A subarray is said to be balanced if the number of pairs \((i,\ i+1)\), such that \(A[i]\) is even and \(A[i+1]\) is odd, is equal to the number of pairs \((i,\ i+1)\) such that \(A[i]\) is odd and \(A[i+1]\) is even.

You are given an array \(A\) of \(N\) elements.

You are performing \(Q\) queries on it. In each query, you are given \(L\ R\ X\) in which you add \(X\) to all the elements in range \(L\) to \(R\) (inclusive). After each query, print the probability that if you randomly select a subarray in \(A\), then that subarray is balanced.

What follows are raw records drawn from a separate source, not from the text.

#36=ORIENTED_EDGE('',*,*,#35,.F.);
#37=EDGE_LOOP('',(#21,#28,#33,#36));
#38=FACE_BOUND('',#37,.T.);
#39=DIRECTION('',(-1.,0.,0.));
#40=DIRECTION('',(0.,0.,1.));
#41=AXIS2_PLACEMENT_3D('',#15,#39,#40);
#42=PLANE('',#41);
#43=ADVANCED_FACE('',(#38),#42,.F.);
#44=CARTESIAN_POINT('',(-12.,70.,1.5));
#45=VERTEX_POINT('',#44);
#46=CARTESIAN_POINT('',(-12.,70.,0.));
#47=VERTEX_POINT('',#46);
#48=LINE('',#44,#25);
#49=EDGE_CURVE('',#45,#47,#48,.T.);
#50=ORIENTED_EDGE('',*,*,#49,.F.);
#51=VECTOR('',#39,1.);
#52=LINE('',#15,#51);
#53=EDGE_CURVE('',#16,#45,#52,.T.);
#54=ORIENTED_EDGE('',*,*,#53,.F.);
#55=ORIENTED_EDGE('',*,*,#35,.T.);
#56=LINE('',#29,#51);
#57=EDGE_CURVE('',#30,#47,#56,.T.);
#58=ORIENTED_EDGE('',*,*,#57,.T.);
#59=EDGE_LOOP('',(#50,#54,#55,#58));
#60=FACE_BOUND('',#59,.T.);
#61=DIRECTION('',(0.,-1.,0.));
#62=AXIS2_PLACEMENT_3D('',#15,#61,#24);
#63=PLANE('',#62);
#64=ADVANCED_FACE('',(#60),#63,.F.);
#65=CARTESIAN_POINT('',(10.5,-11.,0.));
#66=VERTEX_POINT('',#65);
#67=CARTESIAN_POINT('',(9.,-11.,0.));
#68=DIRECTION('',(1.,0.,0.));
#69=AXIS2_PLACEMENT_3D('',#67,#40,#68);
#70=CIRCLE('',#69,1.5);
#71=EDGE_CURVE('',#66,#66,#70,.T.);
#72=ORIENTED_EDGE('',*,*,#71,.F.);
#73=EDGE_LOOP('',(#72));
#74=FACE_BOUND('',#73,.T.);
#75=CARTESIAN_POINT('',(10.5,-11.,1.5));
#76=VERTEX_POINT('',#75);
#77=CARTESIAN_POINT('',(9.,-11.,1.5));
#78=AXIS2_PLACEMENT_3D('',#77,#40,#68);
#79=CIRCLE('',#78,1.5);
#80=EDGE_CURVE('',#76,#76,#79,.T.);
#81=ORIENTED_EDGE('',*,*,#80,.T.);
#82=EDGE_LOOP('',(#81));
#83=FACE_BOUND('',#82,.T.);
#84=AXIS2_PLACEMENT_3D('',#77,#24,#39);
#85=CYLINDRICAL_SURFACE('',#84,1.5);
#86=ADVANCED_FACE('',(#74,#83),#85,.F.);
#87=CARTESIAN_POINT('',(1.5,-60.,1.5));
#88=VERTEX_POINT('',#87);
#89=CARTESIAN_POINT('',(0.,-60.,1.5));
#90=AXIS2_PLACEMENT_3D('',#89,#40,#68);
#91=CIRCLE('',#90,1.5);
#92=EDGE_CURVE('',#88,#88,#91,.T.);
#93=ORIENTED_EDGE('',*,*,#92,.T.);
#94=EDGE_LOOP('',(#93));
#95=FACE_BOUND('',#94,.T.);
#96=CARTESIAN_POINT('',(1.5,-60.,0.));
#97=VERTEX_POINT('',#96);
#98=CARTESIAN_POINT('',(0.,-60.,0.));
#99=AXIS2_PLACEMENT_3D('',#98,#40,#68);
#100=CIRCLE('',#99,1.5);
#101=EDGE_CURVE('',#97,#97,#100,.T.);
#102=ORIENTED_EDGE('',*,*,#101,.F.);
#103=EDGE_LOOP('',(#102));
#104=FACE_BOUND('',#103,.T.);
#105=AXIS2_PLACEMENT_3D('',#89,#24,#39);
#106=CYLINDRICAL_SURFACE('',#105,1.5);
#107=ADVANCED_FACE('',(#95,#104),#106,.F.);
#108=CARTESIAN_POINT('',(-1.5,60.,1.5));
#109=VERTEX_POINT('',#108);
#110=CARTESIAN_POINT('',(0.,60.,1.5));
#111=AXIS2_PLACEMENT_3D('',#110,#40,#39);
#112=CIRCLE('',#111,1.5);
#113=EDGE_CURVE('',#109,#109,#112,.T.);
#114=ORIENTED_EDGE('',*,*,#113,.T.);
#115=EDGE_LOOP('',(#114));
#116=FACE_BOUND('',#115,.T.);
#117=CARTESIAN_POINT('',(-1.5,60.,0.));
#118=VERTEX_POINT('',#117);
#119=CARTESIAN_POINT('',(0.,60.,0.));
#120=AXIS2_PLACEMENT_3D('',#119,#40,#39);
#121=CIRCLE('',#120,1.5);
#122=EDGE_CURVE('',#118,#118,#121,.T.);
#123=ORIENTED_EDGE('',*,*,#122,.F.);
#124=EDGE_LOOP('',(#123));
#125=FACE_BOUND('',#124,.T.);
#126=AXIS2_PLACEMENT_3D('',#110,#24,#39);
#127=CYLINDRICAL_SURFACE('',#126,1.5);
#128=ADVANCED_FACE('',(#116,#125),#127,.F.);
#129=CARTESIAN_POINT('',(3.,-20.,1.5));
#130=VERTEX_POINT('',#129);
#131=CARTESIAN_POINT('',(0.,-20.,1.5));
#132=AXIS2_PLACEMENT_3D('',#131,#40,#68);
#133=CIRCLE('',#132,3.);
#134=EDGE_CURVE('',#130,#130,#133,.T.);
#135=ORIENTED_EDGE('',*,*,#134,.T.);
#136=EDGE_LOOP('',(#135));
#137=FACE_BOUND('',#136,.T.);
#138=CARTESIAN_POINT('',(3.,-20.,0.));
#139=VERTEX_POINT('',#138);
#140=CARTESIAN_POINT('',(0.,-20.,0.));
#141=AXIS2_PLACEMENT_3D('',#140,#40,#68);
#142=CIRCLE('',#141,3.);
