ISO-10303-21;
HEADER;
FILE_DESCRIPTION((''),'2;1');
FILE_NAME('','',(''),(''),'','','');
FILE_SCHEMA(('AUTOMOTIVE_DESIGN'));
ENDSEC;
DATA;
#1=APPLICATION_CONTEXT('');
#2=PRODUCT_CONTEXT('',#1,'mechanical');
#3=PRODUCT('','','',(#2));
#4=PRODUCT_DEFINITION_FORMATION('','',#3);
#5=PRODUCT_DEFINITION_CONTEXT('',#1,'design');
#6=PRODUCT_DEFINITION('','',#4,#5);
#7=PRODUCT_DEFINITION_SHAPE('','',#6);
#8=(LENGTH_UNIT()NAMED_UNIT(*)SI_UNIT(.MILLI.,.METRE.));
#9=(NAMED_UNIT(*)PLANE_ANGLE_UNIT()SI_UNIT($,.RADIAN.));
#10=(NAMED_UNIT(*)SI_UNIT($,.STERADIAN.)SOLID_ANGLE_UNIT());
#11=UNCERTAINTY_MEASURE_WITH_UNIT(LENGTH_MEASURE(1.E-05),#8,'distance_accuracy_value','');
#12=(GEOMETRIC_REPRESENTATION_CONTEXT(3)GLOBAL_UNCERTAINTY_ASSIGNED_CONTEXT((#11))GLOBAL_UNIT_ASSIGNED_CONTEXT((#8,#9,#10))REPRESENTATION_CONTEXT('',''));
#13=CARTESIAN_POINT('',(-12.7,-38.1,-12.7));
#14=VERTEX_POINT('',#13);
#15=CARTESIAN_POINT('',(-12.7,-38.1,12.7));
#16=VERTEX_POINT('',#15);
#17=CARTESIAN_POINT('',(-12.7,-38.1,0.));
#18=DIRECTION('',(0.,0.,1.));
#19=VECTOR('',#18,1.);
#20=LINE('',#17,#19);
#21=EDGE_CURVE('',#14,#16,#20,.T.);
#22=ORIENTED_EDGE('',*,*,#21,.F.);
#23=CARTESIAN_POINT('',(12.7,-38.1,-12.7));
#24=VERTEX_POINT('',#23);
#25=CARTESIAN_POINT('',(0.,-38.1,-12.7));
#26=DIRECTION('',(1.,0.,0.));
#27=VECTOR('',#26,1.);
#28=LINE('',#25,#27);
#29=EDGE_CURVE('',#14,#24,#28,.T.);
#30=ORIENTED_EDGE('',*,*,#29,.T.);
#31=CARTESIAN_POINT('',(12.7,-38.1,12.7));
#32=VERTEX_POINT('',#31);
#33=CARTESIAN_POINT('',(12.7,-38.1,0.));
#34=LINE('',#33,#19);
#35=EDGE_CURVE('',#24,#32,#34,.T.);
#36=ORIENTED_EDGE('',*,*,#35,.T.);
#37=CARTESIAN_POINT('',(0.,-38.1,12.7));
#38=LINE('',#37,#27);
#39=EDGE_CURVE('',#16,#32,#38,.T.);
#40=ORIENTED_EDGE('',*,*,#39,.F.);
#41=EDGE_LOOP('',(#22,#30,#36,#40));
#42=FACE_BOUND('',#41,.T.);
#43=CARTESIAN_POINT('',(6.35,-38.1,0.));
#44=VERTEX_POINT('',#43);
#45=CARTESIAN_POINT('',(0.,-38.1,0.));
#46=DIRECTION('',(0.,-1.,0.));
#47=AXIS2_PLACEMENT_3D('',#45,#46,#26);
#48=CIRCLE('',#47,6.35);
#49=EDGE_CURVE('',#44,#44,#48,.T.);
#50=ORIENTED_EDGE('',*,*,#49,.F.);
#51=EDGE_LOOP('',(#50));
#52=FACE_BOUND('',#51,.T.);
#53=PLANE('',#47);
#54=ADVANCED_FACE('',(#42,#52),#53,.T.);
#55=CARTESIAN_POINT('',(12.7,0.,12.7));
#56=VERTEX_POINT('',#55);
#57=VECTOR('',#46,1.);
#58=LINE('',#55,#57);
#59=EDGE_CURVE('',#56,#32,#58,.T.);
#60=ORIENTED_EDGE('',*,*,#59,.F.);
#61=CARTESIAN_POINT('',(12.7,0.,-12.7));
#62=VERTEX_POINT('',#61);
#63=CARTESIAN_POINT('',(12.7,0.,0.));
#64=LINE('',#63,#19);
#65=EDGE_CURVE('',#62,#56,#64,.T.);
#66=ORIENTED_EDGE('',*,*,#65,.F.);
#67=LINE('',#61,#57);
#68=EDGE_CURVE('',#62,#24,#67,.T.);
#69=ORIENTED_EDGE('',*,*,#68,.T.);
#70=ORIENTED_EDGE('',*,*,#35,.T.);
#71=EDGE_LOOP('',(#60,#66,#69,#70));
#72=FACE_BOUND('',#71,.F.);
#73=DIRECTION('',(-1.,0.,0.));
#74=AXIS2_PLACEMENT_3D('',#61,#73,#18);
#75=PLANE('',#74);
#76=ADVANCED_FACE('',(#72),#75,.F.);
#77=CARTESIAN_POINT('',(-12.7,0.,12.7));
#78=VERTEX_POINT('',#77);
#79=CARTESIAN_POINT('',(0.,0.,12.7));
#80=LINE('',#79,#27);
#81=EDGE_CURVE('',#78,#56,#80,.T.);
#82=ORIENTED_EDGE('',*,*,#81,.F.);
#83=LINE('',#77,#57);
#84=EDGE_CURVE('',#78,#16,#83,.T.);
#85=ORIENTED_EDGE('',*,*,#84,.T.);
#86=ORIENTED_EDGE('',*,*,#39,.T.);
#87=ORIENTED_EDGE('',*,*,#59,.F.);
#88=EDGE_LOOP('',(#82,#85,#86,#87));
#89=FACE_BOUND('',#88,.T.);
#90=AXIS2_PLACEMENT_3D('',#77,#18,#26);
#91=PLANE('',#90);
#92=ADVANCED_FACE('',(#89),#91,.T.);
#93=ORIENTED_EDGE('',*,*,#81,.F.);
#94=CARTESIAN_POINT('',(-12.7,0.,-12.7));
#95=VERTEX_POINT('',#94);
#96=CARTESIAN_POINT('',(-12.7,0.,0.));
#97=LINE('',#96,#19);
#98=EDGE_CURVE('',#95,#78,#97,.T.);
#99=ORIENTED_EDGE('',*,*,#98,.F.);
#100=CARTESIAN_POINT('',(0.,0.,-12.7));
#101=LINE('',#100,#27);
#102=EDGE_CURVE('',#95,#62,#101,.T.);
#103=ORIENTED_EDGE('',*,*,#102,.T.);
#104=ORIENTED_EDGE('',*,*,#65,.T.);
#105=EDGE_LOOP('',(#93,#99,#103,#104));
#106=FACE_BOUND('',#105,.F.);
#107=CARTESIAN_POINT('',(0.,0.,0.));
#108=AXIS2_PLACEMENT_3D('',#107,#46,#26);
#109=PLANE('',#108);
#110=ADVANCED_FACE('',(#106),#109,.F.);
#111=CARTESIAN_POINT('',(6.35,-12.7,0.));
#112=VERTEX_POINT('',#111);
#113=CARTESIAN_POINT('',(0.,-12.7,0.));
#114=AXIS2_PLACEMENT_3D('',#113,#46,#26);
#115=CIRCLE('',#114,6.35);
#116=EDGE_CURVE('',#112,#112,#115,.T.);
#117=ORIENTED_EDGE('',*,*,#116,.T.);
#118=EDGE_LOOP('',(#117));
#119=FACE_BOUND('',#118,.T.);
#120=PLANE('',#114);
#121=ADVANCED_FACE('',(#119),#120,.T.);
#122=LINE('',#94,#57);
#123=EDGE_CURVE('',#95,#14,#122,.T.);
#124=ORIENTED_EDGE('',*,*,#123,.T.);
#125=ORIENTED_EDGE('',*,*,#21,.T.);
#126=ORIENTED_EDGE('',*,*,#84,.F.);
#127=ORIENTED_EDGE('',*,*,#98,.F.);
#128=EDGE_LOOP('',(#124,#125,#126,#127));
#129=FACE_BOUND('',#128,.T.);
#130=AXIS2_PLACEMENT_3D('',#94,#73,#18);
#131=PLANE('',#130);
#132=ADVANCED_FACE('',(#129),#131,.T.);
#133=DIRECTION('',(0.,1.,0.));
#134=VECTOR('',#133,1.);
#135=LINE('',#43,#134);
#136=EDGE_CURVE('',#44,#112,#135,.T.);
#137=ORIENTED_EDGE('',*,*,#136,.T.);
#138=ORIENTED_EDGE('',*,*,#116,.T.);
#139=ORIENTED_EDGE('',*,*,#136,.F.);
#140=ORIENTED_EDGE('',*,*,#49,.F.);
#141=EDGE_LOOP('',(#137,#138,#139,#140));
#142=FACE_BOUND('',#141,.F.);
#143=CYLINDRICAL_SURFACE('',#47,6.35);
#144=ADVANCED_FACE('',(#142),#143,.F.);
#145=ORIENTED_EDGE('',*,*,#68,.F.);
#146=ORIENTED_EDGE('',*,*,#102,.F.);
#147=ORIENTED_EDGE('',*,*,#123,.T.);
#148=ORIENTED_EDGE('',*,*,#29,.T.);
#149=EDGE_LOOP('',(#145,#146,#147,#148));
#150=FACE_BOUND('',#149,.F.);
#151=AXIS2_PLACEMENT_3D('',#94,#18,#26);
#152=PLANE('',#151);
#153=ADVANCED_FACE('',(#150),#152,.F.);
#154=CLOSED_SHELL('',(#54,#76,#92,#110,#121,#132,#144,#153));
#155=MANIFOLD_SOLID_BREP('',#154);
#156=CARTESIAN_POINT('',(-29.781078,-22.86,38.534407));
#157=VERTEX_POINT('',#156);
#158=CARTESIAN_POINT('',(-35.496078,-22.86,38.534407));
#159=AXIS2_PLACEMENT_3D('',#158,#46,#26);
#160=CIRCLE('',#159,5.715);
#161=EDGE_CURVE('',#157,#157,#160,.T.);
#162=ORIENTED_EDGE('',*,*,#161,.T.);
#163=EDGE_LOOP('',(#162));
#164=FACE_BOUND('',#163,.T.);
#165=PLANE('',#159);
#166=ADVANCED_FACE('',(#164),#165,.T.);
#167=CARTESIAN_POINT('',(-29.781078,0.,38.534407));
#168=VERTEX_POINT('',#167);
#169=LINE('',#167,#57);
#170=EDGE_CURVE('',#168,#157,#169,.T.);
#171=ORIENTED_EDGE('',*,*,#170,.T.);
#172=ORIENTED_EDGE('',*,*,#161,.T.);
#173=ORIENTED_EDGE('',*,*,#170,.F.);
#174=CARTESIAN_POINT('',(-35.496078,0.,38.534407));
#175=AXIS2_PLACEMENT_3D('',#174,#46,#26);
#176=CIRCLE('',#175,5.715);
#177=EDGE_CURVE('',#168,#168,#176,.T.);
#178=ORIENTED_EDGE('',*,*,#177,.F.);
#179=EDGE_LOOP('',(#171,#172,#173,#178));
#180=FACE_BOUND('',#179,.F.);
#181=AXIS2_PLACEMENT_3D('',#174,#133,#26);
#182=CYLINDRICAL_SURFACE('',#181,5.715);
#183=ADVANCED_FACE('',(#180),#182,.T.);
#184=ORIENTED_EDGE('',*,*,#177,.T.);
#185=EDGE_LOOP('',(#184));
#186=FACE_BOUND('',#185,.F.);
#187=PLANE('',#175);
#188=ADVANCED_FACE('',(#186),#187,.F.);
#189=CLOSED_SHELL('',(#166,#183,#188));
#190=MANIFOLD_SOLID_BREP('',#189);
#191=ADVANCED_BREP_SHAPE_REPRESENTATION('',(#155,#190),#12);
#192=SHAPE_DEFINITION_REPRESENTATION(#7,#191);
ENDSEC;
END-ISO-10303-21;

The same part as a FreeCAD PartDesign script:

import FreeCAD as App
import Part
import Sketcher
Q = App.Units.Quantity


def add_polygon(sketch, points):
    """Adds a closed chain of lines whose ends are joined by coincident constraints."""
    first, n = sketch.GeometryCount, len(points)
    for a, b in zip(points, points[1:] + points[:1]):
        sketch.addGeometry(Part.LineSegment(App.Vector(*a, 0), App.Vector(*b, 0)), False)
    for i in range(n):
        sketch.addConstraint(Sketcher.Constraint("Coincident", first + i, 2, first + (i + 1) % n, 1))

doc = App.newDocument("Part")
body = doc.addObject("PartDesign::Body", "Body")

# Sketch on XZ plane
sketch1 = body.newObject("Sketcher::SketchObject", "Sketch")
sketch1.AttachmentSupport = (doc.getObject("XZ_Plane"), [""])
sketch1.MapMode = "FlatFace"
add_polygon(sketch1, [(-13, 13), (-13, -13), (13, -13), (13, 13)])  # lines 0-3
sketch1.addConstraint(Sketcher.Constraint("Vertical", 0))
sketch1.addConstraint(Sketcher.Constraint("Horizontal", 1))
sketch1.addConstraint(Sketcher.Constraint("Vertical", 2))
sketch1.addConstraint(Sketcher.Constraint("Horizontal", 3))
sketch1.addConstraint(Sketcher.Constraint("Symmetric", 0, 2, 2, 2, -1, 1))
sketch1.addConstraint(Sketcher.Constraint("Equal", 3, 0))
sketch1.addConstraint(Sketcher.Constraint("DistanceX", 1, 1, 1, 2, Q("1 in")))
pad1 = body.newObject("PartDesign::Pad", "Pad")
pad1.Profile = sketch1
pad1.Length = Q("1.5 in")

# Sketch on XZ plane
sketch2 = body.newObject("Sketcher::SketchObject", "Sketch001")
sketch2.AttachmentSupport = (doc.getObject("XZ_Plane"), [""])
sketch2.MapMode = "FlatFace"
sketch2.AttachmentOffset = App.Placement(App.Vector(0, 0, 1.5 * 25.4), App.Rotation())
sketch2.addGeometry(Part.Circle(App.Vector(0, 0, 0), App.Vector(0, 0, 1), 6), False)
sketch2.addConstraint(Sketcher.Constraint("Coincident", 0, 3, -1, 1))
sketch2.addConstraint(Sketcher.Constraint("Diameter", 0, Q("0.5 in")))
pocket1 = body.newObject("PartDesign::Pocket", "Pocket")
pocket1.Profile = sketch2
pocket1.Length = Q("1 in")
body2 = doc.addObject("PartDesign::Body", "Body001")

# Sketch on XZ plane
sketch3 = body2.newObject("Sketcher::SketchObject", "Sketch002")
sketch3.AttachmentSupport = (doc.getObject("XZ_Plane001"), [""])
sketch3.MapMode = "FlatFace"
sketch3.addGeometry(Part.Circle(App.Vector(-35, 39, 0), App.Vector(0, 0, 1), 6), False)
sketch3.addConstraint(Sketcher.Constraint("Diameter", 0, Q("0.45 in")))
sketch3.addConstraint(Sketcher.Constraint("DistanceX", 0, 3, -1, 1, 35.496078))
sketch3.addConstraint(Sketcher.Constraint("DistanceY", -1, 1, 0, 3, 38.534407))
pad2 = body2.newObject("PartDesign::Pad", "Pad001")
pad2.Profile = sketch3
pad2.Length = Q("0.9 in")

doc.recompute()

It can be proved that the probability is of the form \(\frac {P}{Q}\) where \(P\) and \(Q\) are both coprimes. Print \(PQ^{-1}\ modulo\ 1000000007\ (10^9+7)\) for each query.

Input format

• The first line contains an integer \(N\) denoting the number of elements in the array.
• The next line contains \(N\) space-separated integers.
• The next line contains an integer \(Q\) denoting the number of queries.
• The next Q lines contain three space-separated integers \(L\ R\ X\).

Output format

Print a single integer denoting the probability for each query.

Constraints
\(1 \le N,\ Q \le 1e5\\ 1 \le A[i],\ X \le 1e18\)